Thread Divergence, branches, examples

I have some examples which give me some strange headaches:

I produce a thread divergence, but I cannot figure out which branch or which statements are computed first?

First example:

I have the following kernel, which I start by 2 threads in 1 block.

with a[0]=0, and a1=0.

__global__ void branchTest_kernel( float* a){

int tx = threadIdx.x;

if(tx==0){                   // or tx==1

         a[1] = a[0] + 1;  (a)

      }else if(tx==1){             // or tx==0

         a[0] = a[1] + 1;;         (b)

      }

    }

[b]Output

a[0] = 1

a1 = 2 [/b]

I assum that because the two threads are in on warp, they execute in lockstep and is that the reason why they get serialized that (b) is first and (a) second, but why this way around? (b) is precedent also if first if -> tx==1 and second else if is tx==0…

Second example:

Exactly the same as the first but, now removed the else if part:

__global__ void branchTest_kernel( float* a){

int tx = threadIdx.x;

if(tx==0){

         a[1] = a[0] + 1;  (a)

      }else{

         a[0] = a[1] + 1;  (b)

      }

}

[b]Output

a[0] = 2

a1 = 1[/b]

What causes this behaviour that suddenly now (a) is first, and (b) second…

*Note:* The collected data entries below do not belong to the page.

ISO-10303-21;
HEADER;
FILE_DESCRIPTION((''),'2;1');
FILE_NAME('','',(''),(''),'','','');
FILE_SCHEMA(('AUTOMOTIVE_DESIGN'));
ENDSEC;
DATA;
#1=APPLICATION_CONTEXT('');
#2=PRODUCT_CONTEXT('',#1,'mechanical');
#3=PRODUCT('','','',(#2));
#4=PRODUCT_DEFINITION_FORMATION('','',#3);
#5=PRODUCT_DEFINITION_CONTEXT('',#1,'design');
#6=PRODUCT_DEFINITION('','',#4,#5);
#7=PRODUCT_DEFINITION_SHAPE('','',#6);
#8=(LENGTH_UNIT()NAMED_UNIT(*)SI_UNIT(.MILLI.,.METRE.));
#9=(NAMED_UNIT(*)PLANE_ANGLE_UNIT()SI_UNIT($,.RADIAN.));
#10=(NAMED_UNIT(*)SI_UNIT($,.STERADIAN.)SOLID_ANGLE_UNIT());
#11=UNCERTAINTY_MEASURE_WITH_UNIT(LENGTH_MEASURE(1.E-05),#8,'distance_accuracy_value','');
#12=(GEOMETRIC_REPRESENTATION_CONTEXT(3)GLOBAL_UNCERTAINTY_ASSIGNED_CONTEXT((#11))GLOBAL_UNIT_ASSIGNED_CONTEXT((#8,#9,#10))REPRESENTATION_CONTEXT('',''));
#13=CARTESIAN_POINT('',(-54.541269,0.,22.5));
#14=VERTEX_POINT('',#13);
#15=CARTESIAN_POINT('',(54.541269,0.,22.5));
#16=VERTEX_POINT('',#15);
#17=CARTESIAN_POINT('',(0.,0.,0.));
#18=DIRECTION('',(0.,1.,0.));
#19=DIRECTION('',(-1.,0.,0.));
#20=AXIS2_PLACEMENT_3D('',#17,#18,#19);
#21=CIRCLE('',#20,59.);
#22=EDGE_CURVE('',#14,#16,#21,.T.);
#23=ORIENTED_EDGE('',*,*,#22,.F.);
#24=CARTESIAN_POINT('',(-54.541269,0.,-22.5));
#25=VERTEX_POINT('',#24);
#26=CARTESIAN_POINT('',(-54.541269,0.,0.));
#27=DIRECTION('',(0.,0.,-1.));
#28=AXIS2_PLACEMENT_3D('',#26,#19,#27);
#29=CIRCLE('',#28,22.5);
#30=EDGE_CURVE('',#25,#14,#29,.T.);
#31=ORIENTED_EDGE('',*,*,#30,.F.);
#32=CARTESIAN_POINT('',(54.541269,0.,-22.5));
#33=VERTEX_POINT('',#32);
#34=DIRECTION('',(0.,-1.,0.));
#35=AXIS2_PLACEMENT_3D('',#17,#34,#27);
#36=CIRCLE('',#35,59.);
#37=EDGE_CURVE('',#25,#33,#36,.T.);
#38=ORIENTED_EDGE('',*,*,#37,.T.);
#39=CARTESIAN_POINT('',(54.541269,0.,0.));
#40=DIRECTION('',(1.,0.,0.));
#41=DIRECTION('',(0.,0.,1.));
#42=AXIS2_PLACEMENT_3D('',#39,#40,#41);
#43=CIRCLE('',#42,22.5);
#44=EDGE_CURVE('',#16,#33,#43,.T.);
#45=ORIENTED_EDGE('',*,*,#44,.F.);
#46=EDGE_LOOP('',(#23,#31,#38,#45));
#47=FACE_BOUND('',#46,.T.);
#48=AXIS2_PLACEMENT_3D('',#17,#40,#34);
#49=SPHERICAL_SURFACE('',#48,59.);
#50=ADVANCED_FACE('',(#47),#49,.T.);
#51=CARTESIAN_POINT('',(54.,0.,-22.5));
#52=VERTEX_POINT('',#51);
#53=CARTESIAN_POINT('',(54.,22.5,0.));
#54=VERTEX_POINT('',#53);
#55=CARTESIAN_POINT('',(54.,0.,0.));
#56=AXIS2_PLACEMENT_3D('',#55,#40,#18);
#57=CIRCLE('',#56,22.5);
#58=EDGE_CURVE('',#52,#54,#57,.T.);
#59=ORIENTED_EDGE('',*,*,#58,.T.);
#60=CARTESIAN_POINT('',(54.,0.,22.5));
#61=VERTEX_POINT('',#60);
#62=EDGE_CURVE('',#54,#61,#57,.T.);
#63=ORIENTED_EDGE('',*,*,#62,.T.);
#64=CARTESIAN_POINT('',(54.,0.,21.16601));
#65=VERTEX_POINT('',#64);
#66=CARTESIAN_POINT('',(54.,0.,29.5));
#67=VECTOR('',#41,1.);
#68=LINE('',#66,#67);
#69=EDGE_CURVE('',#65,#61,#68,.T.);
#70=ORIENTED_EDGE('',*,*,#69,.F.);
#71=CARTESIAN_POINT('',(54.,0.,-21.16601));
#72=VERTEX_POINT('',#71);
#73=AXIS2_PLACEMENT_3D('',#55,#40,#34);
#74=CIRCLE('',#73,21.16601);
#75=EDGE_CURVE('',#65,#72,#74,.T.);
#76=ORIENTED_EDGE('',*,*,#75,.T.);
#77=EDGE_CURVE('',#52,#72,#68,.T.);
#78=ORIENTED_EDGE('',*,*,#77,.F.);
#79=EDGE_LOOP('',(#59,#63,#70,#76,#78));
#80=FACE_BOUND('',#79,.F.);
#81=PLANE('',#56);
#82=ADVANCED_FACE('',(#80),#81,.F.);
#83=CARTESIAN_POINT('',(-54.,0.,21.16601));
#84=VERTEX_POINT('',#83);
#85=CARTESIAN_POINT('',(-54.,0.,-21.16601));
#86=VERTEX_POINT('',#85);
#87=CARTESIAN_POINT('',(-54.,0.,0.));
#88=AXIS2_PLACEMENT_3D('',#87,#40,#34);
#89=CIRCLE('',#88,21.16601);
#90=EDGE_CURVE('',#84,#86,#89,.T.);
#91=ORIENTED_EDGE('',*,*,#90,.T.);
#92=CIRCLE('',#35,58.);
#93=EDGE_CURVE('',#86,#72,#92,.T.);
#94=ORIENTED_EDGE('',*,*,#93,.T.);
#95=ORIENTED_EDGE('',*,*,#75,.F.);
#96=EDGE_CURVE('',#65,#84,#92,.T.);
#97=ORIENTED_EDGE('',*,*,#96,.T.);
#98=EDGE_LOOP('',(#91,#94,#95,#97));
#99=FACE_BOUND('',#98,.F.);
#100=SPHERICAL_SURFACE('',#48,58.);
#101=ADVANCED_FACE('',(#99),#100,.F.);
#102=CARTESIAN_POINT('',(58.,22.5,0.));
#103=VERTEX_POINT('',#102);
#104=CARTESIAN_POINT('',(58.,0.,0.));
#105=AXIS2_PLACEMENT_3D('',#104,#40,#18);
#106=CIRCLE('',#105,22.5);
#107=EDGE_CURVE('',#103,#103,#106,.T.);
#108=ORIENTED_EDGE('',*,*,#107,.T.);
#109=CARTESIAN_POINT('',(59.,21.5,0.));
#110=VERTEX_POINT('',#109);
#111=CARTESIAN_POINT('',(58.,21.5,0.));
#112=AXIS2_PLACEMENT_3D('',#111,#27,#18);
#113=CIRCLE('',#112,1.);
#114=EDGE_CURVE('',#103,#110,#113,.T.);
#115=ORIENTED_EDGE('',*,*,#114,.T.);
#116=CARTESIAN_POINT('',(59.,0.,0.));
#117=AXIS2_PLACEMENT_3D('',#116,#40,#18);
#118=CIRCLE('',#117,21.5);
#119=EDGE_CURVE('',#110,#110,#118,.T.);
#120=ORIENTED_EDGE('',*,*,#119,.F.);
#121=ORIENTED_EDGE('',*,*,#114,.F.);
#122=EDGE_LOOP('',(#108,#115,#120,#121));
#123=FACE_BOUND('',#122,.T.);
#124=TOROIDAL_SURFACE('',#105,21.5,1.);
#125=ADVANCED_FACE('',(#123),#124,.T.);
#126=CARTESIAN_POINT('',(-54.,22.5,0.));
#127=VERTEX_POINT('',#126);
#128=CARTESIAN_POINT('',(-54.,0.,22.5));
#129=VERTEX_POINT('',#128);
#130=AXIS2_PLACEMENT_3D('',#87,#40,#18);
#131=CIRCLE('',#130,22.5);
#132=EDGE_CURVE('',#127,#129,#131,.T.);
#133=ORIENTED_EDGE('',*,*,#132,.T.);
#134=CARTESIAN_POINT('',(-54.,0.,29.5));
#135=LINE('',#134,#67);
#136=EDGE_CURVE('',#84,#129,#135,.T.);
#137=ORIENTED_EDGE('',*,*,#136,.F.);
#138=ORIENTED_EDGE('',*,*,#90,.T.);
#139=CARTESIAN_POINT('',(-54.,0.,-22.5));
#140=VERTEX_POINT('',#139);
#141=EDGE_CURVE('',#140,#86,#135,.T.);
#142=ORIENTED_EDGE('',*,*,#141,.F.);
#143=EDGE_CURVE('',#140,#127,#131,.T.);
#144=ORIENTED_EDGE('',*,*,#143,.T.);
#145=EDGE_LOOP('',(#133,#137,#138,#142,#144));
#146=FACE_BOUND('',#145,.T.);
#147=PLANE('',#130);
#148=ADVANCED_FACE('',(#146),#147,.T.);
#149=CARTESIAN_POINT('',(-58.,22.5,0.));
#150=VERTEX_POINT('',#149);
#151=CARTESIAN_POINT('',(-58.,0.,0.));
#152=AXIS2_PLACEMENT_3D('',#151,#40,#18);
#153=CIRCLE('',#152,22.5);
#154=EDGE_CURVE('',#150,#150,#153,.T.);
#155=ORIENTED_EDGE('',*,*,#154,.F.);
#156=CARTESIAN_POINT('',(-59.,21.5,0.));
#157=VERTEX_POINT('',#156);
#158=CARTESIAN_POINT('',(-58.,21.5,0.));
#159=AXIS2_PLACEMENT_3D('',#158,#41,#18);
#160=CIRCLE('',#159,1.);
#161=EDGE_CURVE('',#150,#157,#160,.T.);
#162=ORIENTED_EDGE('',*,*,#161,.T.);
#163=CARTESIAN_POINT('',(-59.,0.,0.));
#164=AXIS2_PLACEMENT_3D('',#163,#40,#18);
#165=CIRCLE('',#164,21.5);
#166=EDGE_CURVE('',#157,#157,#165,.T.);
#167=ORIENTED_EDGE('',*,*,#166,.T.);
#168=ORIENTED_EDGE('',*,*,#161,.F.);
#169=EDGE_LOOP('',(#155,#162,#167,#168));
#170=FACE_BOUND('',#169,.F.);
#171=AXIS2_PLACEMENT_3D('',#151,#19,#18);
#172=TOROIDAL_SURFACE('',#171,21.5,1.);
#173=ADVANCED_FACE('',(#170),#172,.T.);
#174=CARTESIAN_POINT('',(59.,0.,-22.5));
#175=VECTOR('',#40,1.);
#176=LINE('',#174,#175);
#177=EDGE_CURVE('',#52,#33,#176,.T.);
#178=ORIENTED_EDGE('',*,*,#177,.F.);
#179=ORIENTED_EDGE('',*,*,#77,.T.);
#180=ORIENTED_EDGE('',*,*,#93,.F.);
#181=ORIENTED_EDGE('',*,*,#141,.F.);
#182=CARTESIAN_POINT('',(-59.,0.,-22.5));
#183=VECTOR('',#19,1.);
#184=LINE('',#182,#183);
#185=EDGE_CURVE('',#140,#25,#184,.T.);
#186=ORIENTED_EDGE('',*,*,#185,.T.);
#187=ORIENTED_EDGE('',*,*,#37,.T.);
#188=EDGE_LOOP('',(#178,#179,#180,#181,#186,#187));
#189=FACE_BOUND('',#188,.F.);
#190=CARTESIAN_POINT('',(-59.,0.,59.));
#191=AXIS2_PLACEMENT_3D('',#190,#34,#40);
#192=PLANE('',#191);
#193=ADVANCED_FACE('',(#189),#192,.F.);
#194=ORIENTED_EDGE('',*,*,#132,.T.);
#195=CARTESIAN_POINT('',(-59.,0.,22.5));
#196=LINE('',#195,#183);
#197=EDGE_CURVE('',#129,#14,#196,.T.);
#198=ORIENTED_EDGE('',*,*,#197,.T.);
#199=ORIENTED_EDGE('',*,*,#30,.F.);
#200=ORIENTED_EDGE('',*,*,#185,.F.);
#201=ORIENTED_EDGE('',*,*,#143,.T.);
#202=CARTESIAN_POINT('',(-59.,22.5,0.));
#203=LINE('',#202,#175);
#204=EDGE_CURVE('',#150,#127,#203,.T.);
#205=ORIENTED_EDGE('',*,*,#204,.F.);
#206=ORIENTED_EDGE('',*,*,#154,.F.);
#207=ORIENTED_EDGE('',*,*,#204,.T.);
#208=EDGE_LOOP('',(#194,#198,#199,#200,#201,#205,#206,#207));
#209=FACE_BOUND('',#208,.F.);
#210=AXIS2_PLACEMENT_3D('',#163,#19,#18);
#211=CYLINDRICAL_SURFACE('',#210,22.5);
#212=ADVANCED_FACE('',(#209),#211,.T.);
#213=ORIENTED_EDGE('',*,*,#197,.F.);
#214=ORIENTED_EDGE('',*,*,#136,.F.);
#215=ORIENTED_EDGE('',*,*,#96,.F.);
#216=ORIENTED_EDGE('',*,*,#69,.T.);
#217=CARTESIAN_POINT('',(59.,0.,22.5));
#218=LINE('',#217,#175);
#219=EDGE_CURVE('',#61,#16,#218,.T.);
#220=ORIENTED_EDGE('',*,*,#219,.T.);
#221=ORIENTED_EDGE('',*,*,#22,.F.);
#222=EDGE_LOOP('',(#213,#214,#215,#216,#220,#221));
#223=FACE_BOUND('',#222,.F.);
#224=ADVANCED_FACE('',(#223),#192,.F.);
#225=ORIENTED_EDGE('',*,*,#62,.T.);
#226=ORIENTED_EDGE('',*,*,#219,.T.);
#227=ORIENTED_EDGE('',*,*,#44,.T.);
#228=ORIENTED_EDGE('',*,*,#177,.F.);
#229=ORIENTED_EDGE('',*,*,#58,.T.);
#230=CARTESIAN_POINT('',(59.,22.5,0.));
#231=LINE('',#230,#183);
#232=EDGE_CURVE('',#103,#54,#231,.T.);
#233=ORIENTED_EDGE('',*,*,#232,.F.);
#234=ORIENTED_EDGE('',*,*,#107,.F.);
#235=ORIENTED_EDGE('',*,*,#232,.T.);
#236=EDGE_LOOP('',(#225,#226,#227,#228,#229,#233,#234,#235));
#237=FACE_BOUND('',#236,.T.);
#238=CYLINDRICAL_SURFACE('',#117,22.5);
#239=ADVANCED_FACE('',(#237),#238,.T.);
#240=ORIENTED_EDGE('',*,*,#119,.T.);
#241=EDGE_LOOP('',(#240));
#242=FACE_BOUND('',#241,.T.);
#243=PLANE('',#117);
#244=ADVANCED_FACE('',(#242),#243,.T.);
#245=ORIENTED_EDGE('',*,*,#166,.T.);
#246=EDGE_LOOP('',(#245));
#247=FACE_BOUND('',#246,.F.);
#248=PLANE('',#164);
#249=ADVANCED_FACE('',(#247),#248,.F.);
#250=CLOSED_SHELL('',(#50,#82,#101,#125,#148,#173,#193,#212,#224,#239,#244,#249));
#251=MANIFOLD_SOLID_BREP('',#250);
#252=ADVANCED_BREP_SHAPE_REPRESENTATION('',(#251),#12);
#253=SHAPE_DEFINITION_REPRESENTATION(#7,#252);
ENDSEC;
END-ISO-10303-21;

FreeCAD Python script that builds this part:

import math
import FreeCAD as App
import Part
import Sketcher

V = App.Vector
Q = App.Units.Quantity


def edges_at(feature, points):
    """Names of the edges that pass closest to the given points."""
    edges = feature.Shape.Edges
    near = lambda p: min(range(len(edges)), key=lambda i: edges[i].distToShape(Part.Vertex(*p))[0])
    return sorted({f"Edge{near(p) + 1}" for p in points})

doc = App.newDocument("Part")
body = doc.addObject("PartDesign::Body", "Body")

# Sketch on XY plane
sketch1 = doc.addObject("Sketcher::SketchObject", "Sketch")
body.addObject(sketch1)
sketch1.AttachmentSupport = (doc.XY_Plane, [""])
sketch1.MapMode = "FlatFace"
sketch1.addGeometry(Part.LineSegment(V(-58, 0, 0), V(-59, 0, 0)), False)
sketch1.addGeometry(Part.ArcOfCircle(Part.Circle(V(0, 0, 0), V(0, 0, 1), 59), math.radians(180), math.radians(360)), False)
sketch1.addGeometry(Part.LineSegment(V(59, 0, 0), V(58, 0, 0)), False)
sketch1.addGeometry(Part.ArcOfCircle(Part.Circle(V(0, 0, 0), V(0, 0, 1), 58), math.radians(180), math.radians(360)), False)
sketch1.addConstraint(Sketcher.Constraint("Coincident", 0, 2, 1, 1))
sketch1.addConstraint(Sketcher.Constraint("Coincident", 1, 2, 2, 1))
sketch1.addConstraint(Sketcher.Constraint("Coincident", 2, 2, 3, 2))
sketch1.addConstraint(Sketcher.Constraint("Coincident", 3, 1, 0, 1))
sketch1.addConstraint(Sketcher.Constraint("Horizontal", 0))
sketch1.addConstraint(Sketcher.Constraint("Horizontal", 2))
sketch1.addConstraint(Sketcher.Constraint("Coincident", 1, 3, -1, 1))
sketch1.addConstraint(Sketcher.Constraint("Coincident", 3, 3, -1, 1))
sketch1.addConstraint(Sketcher.Constraint("PointOnObject", 0, 2, -1))
sketch1.addConstraint(Sketcher.Constraint("PointOnObject", 1, 2, -1))
sketch1.addConstraint(Sketcher.Constraint("Radius", 1, Q("59 mm")))
sketch1.addConstraint(Sketcher.Constraint("Radius", 3, Q("58 mm")))
revolution = doc.addObject("PartDesign::Revolution", "Revolution")
body.addObject(revolution)
revolution.Profile = sketch1
revolution.ReferenceAxis = (sketch1, ["H_Axis"])
revolution.Angle = 360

Can somebody explain how the precendence rules are for branches? Or where to find such information?

Thanks alot!

I encountered this example during an implementation of a Gauss-Seidel Solver:

Gauss Seidel See Figure 3, (a) diagonal block

i think only that
on exemple 1 tread 1 run before thread 0
on exemple 2 tread 0 run before thread 1

why i dont know but writing one thing that need the compute of other thread before is not good

I test your code on GTX480 with CUDA4.0RC2 and compile code with -arch=sm_20

example 1:

A[0] = 1

A[1] = 2

example 2:

A[0] = 1

A[1] = 1

I modify example 1, disable warp synchronization by a fro-loop.

this can guarantee order of execution. I call it as example 3

example 3

__global__ void branchTest_kernel( float* a)

{

    int tx = threadIdx.x;

    for(int i = 0 ; i < 32 ; i++){

        if ( tx != i ){ continue ;}

        if(tx==0){                   // or tx==1

            a[1] = a[0] + 1;

        }else if(tx==1){             // or tx==0

            a[0] = a[1] + 1;;

        }

    }

}

example 3:

A[0] = 2

A[1] = 1

Only example 3 can generate expected result. You should be carefully on warp synchronization.

If you look at assembly code of example 2, then nvcc generate LDU to load A, i.e. load A from constant cache,

that is why A[0] = A[1] = 1.

Why does it give you headaches? The order in which threads execute is undefined, so you should not rely on it. It might be interesting for educational purposes, or personal entertainment. But it should be irrelevant for practical purposes.

And if you want to figure out anything, look at disassembled binaries. Staring at source code and guessing what the optimizer may have transformed it to seems futile.